Zuerst dachte ich es liegt vielleicht daran das ich ein Server-Profile verwende oder die sys-kernel/hardened-sources aber das ist natürlich quatsch (Weil nvidia-drivers auch nicht packages.mask vom profile eingetragen ist).

Ich werde nachher nochmal syncronisieren und hoffen das ich nicht auf die Blacklist komme..

----------

## Inte

Hast Du Dich vielleicht an die Anleitung gehalten und eine ältere Grafikkarte?

Dann hast Du bestimmt >=x11-drivers/nvidia-drivers-1.97.00 oder >=x11-drivers/nvidia-drivers-1.87.00 in der /etc/portage/package.mask stehen.

Gestern habe ich einen Rechner nach langer Zeit aktualisiert und festgestellt, dass sich die Versionsangabe von z.B. 1.0.87 ... auf 87.00 geändert hat. Demnach dürfte bei einem altem >=x11-drivers/nvidia-drivers-1.87.00-Eintrag alles maskiert sein.

----------

## ChrisJumper

 *Inte wrote:*   

> Hast Du Dich vielleicht an die Anleitung gehalten und eine ältere Grafikkarte?
> 
> Dann hast Du bestimmt >=x11-drivers/nvidia-drivers-97.00 oder >=x11-drivers/nvidia-drivers-87.00 in der /etc/portage/package.mask stehen.
> 
> Gestern habe ich einen Rechner nach langer Zeit aktualisiert und festgestellt, dass sich die Versionsangabe von z.B. 1.0.87 ... auf 87.00 geändert hat. Demnach dürfte bei einem altem >=x11-drivers/nvidia-drivers-1.87.00-Eintrag alles maskiert sein.

 

A-Ha, jetzt bin ich zumindest einen Schritt weiter.

Habe grade nochmal nachgeschaut und die Karte, welche ich dort "strom_sparender_wesie" eingebaut hab war tatsächlich eine Geforce4 (MX 4000), damit wäre schon mal klar das ich die Version 71.86.01 von  x11-drivers/nvidia-drivers brauche.

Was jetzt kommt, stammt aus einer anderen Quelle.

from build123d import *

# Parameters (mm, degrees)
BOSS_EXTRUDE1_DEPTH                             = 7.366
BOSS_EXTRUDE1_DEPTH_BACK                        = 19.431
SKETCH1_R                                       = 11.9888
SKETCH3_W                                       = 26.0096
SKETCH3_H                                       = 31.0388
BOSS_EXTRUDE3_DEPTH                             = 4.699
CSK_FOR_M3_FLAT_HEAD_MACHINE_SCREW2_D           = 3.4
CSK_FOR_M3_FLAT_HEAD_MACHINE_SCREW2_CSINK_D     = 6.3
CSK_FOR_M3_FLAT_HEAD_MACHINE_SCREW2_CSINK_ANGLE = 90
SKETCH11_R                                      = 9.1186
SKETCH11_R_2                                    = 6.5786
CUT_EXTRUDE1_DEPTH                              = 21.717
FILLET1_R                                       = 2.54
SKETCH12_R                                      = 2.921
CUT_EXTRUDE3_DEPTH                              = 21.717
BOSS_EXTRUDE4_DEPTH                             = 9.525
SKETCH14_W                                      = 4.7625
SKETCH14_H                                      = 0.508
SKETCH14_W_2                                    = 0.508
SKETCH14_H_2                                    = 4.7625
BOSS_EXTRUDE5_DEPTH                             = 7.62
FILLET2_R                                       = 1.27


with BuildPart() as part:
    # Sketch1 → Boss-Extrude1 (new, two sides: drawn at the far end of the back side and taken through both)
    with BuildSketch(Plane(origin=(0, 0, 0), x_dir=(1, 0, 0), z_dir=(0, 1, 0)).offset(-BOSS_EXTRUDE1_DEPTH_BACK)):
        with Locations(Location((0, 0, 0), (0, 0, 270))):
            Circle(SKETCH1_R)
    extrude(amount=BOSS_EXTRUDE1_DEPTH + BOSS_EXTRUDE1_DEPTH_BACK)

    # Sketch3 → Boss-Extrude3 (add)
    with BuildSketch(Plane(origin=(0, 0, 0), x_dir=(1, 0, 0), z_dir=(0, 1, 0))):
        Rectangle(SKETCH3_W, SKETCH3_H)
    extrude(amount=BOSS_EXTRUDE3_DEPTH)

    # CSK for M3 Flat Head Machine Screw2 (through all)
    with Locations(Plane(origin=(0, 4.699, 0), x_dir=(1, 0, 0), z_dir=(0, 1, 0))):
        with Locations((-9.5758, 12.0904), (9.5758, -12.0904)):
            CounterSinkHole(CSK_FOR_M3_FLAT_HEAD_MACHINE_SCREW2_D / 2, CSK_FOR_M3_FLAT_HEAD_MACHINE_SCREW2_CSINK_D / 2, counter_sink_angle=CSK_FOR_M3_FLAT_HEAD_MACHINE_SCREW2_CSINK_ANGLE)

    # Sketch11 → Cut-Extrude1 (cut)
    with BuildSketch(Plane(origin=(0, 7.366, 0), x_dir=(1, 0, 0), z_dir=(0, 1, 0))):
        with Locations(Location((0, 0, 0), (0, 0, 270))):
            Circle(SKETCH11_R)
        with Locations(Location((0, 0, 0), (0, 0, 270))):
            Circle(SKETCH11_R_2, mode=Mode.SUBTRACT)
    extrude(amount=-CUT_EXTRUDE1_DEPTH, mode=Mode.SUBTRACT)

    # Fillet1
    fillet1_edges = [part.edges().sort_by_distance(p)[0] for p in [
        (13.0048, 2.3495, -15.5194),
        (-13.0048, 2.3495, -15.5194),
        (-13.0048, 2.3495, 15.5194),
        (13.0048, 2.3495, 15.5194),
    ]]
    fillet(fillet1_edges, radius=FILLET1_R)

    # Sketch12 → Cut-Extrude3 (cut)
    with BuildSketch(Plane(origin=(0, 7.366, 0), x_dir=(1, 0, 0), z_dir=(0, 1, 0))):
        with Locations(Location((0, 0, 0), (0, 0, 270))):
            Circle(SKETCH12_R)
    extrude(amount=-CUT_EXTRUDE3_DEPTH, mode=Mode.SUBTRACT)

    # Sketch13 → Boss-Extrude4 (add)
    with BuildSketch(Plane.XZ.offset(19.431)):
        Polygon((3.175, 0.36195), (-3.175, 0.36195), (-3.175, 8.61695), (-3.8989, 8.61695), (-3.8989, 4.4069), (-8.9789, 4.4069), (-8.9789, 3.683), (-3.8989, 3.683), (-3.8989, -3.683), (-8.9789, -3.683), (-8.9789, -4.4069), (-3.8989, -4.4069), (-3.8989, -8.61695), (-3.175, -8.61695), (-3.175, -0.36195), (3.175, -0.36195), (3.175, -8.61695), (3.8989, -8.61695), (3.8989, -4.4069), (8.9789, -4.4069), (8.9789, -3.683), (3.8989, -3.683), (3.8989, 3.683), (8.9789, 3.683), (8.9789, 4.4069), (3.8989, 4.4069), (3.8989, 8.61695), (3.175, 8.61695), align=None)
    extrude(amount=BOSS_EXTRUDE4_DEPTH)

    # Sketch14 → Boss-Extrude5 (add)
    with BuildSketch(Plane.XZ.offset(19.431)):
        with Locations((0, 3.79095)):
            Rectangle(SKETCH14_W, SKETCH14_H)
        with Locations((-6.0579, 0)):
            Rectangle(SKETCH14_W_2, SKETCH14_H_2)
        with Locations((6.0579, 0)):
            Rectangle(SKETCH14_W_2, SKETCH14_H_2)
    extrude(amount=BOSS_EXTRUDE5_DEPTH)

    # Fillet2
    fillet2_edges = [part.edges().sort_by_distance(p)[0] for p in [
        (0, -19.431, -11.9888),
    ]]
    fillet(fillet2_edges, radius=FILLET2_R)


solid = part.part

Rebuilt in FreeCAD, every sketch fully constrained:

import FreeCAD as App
import Part
import Sketcher

V = App.Vector
Q = App.Units.Quantity


def edges_at(feature, points):
    """Names of the edges that pass closest to the given points."""
    edges = feature.Shape.Edges
    near = lambda p: min(range(len(edges)), key=lambda i: edges[i].distToShape(Part.Vertex(*p))[0])
    return sorted({f"Edge{near(p) + 1}" for p in points})

doc = App.newDocument("Part")
body = doc.addObject("PartDesign::Body", "Body")

# Sketch on XZ plane
sketch1 = body.newObject("Sketcher::SketchObject", "Sketch")
sketch1.AttachmentSupport = (doc.getObject("XZ_Plane"), [""])
sketch1.MapMode = "FlatFace"
sketch1.addGeometry(Part.Circle(V(0, 0, 0), V(0, 0, 1), 12), False)
sketch1.addConstraint(Sketcher.Constraint("Coincident", 0, 3, -1, 1))
sketch1.addConstraint(Sketcher.Constraint("Diameter", 0, Q("0.944 in")))
pad1 = body.newObject("PartDesign::Pad", "Pad")
pad1.Profile = sketch1
pad1.Type = "TwoLengths"
pad1.Length = Q("0.29 in")
pad1.Length2 = Q("0.765 in")
pad1.Reversed = True

# Sketch on XZ plane
sketch2 = body.newObject("Sketcher::SketchObject", "Sketch001")
sketch2.AttachmentSupport = (doc.getObject("XZ_Plane"), [""])
sketch2.MapMode = "FlatFace"
sketch2.addGeometry(Part.LineSegment(V(-13, -16, 0), V(-13, 16, 0)), False)
sketch2.addGeometry(Part.LineSegment(V(-13, 16, 0), V(13, 16, 0)), False)
sketch2.addGeometry(Part.LineSegment(V(13, 16, 0), V(13, -16, 0)), False)
sketch2.addGeometry(Part.LineSegment(V(13, -16, 0), V(-13, -16, 0)), False)
sketch2.addConstraint(Sketcher.Constraint("Coincident", 0, 2, 1, 1))
sketch2.addConstraint(Sketcher.Constraint("Coincident", 1, 2, 2, 1))
sketch2.addConstraint(Sketcher.Constraint("Coincident", 2, 2, 3, 1))
sketch2.addConstraint(Sketcher.Constraint("Coincident", 3, 2, 0, 1))
sketch2.addConstraint(Sketcher.Constraint("Vertical", 0))
sketch2.addConstraint(Sketcher.Constraint("Horizontal", 1))
sketch2.addConstraint(Sketcher.Constraint("Vertical", 2))
sketch2.addConstraint(Sketcher.Constraint("Horizontal", 3))
sketch2.addConstraint(Sketcher.Constraint("Symmetric", 0, 2, 2, 2, -1, 1))
sketch2.addConstraint(Sketcher.Constraint("DistanceX", 1, 1, 1, 2, Q("1.024 in")))
sketch2.addConstraint(Sketcher.Constraint("DistanceY", 0, 1, 0, 2, Q("1.222 in")))
pad2 = body.newObject("PartDesign::Pad", "Pad001")
pad2.Profile = sketch2
pad2.Length = Q("0.185 in")
pad2.Reversed = True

Dank dir hab ich zwar eine Ahnung wo das Problem liegen könnte. Aber bin trotzdem noch nicht weiter.

Ich will jetzt einfach nur verstehen warum er mir diese Pakete als Masked anzeigt, nicht das dies immer noch ein Problem für mich darstellt.

(Werde wohl einfach auf diese Treiber verzichten und die quelloffene Alternative verwenden).

Meine /etc/portage/package.* ist nach der Frisch-Installation ja noch leer. Und in der packages.mask von dem Profil findet sich auch kein kleines stück "nvidia".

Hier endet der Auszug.